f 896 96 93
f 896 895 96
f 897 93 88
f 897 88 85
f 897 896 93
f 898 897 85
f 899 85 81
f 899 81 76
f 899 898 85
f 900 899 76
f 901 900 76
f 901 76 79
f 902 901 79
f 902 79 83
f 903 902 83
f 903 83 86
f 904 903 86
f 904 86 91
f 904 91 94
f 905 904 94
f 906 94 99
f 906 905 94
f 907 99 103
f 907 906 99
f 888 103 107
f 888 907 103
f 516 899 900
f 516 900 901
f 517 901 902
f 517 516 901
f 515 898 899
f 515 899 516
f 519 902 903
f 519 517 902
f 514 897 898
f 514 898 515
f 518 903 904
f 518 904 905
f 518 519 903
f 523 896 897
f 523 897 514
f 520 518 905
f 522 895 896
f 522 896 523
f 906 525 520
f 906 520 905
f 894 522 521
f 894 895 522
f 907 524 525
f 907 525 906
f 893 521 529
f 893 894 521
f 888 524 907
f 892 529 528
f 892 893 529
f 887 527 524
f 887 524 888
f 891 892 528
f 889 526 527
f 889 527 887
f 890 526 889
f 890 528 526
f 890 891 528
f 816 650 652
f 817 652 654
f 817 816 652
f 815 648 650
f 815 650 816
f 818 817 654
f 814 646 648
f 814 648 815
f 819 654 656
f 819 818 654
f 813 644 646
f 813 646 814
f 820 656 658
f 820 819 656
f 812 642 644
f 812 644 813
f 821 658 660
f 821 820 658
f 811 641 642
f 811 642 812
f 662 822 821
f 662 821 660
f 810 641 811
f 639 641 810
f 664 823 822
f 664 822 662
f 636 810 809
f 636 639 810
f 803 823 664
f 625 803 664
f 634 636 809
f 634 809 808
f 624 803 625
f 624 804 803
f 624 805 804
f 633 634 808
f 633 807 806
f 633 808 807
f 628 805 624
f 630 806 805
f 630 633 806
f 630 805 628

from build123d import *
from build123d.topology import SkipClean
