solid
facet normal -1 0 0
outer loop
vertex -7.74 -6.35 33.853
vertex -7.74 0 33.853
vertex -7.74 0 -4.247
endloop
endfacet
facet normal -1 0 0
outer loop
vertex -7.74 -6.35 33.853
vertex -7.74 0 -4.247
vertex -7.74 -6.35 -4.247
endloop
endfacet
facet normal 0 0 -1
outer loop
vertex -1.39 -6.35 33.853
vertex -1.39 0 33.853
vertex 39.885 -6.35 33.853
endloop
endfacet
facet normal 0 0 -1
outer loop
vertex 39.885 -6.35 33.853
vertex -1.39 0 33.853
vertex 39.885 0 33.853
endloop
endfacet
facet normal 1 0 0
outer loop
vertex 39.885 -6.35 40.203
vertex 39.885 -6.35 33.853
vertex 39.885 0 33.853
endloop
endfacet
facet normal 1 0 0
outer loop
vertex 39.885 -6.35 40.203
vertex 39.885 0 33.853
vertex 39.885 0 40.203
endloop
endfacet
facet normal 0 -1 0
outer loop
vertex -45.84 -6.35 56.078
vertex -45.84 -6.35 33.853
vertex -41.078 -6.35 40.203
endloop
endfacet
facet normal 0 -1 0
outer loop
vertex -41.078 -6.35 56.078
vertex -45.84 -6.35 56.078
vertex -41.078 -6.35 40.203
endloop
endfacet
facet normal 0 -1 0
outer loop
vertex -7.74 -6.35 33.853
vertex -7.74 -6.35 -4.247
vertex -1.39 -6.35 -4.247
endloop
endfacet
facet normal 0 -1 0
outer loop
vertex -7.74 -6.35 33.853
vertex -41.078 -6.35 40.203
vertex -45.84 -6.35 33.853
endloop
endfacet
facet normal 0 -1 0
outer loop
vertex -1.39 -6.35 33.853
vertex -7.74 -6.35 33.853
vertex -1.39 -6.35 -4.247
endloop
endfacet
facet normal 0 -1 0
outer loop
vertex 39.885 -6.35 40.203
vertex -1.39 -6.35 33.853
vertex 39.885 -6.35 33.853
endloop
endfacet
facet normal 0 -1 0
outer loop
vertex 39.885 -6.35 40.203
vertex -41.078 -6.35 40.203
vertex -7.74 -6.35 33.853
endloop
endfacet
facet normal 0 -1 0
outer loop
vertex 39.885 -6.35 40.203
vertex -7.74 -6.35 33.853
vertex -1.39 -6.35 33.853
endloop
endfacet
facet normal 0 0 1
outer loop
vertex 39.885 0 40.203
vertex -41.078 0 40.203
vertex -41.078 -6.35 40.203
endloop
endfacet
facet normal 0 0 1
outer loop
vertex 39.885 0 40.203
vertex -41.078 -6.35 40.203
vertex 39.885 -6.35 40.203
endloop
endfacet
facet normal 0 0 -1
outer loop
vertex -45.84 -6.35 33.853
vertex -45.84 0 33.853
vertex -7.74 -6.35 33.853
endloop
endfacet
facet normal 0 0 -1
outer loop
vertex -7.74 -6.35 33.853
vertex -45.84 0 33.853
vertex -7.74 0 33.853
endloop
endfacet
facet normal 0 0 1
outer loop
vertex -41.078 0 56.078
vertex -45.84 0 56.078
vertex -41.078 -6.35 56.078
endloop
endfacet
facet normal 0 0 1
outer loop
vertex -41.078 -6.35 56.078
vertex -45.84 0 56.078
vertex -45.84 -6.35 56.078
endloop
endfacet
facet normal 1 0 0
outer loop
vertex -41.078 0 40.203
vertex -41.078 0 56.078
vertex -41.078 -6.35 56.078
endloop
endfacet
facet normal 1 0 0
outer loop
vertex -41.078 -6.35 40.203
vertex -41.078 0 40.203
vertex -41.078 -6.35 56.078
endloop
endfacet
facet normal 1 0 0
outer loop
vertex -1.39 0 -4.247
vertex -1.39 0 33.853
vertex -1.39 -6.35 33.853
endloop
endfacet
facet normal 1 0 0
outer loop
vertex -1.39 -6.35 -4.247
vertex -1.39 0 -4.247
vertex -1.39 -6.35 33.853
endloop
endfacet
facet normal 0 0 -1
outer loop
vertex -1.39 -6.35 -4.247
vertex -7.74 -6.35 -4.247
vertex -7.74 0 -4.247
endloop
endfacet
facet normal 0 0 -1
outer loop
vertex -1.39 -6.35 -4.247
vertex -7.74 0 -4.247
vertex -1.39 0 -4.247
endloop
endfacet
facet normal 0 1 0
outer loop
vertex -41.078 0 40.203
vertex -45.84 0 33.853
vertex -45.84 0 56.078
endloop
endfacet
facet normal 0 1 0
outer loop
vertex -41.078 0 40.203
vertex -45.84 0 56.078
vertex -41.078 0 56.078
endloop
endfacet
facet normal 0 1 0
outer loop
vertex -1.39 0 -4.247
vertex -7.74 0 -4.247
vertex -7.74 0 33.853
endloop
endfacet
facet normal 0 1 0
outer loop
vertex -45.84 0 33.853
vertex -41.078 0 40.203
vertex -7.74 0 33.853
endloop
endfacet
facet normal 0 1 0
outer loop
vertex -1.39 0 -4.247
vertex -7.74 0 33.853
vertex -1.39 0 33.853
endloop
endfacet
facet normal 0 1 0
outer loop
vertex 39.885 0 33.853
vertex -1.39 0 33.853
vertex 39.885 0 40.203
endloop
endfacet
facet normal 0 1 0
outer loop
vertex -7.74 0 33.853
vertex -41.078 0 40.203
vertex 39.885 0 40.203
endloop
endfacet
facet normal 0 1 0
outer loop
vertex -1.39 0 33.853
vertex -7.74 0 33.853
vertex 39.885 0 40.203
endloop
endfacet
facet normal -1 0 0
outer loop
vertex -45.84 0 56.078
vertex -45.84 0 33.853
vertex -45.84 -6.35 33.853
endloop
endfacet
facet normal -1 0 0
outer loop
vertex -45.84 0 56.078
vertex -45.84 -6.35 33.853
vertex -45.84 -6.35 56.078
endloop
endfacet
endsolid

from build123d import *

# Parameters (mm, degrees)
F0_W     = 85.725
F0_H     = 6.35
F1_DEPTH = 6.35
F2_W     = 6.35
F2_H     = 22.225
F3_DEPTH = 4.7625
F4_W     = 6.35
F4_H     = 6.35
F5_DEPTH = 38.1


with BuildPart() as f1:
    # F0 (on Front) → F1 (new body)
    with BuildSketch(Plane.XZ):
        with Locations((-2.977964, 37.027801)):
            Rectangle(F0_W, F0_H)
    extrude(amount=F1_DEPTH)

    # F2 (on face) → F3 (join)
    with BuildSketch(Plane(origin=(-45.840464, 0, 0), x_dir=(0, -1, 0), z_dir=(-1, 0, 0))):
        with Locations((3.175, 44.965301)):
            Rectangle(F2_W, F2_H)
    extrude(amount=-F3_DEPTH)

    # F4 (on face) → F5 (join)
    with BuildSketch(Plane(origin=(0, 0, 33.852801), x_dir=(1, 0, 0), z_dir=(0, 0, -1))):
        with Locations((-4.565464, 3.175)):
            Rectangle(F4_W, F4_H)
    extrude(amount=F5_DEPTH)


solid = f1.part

==*==

* [EXERCISE] The reply should hold only the lines from the first line of the listing above through the line with "f 514 898 515", each copied exactly.

* [SOLUTION]
f 896 96 93
f 896 895 96
f 897 93 88
f 897 88 85
f 897 896 93
f 898 897 85
f 899 85 81
f 899 81 76
f 899 898 85
f 900 899 76
f 901 900 76
f 901 76 79
f 902 901 79
f 902 79 83
f 903 902 83
f 903 83 86
f 904 903 86
f 904 86 91
f 904 91 94
f 905 904 94
f 906 94 99
f 906 905 94
f 907 99 103
f 907 906 99
f 888 103 107
f 888 907 103
f 516 899 900
f 516 900 901
f 517 901 902
f 517 516 901
f 515 898 899
f 515 899 516
f 519 902 903
f 519 517 902
f 514 897 898
f 514 898 515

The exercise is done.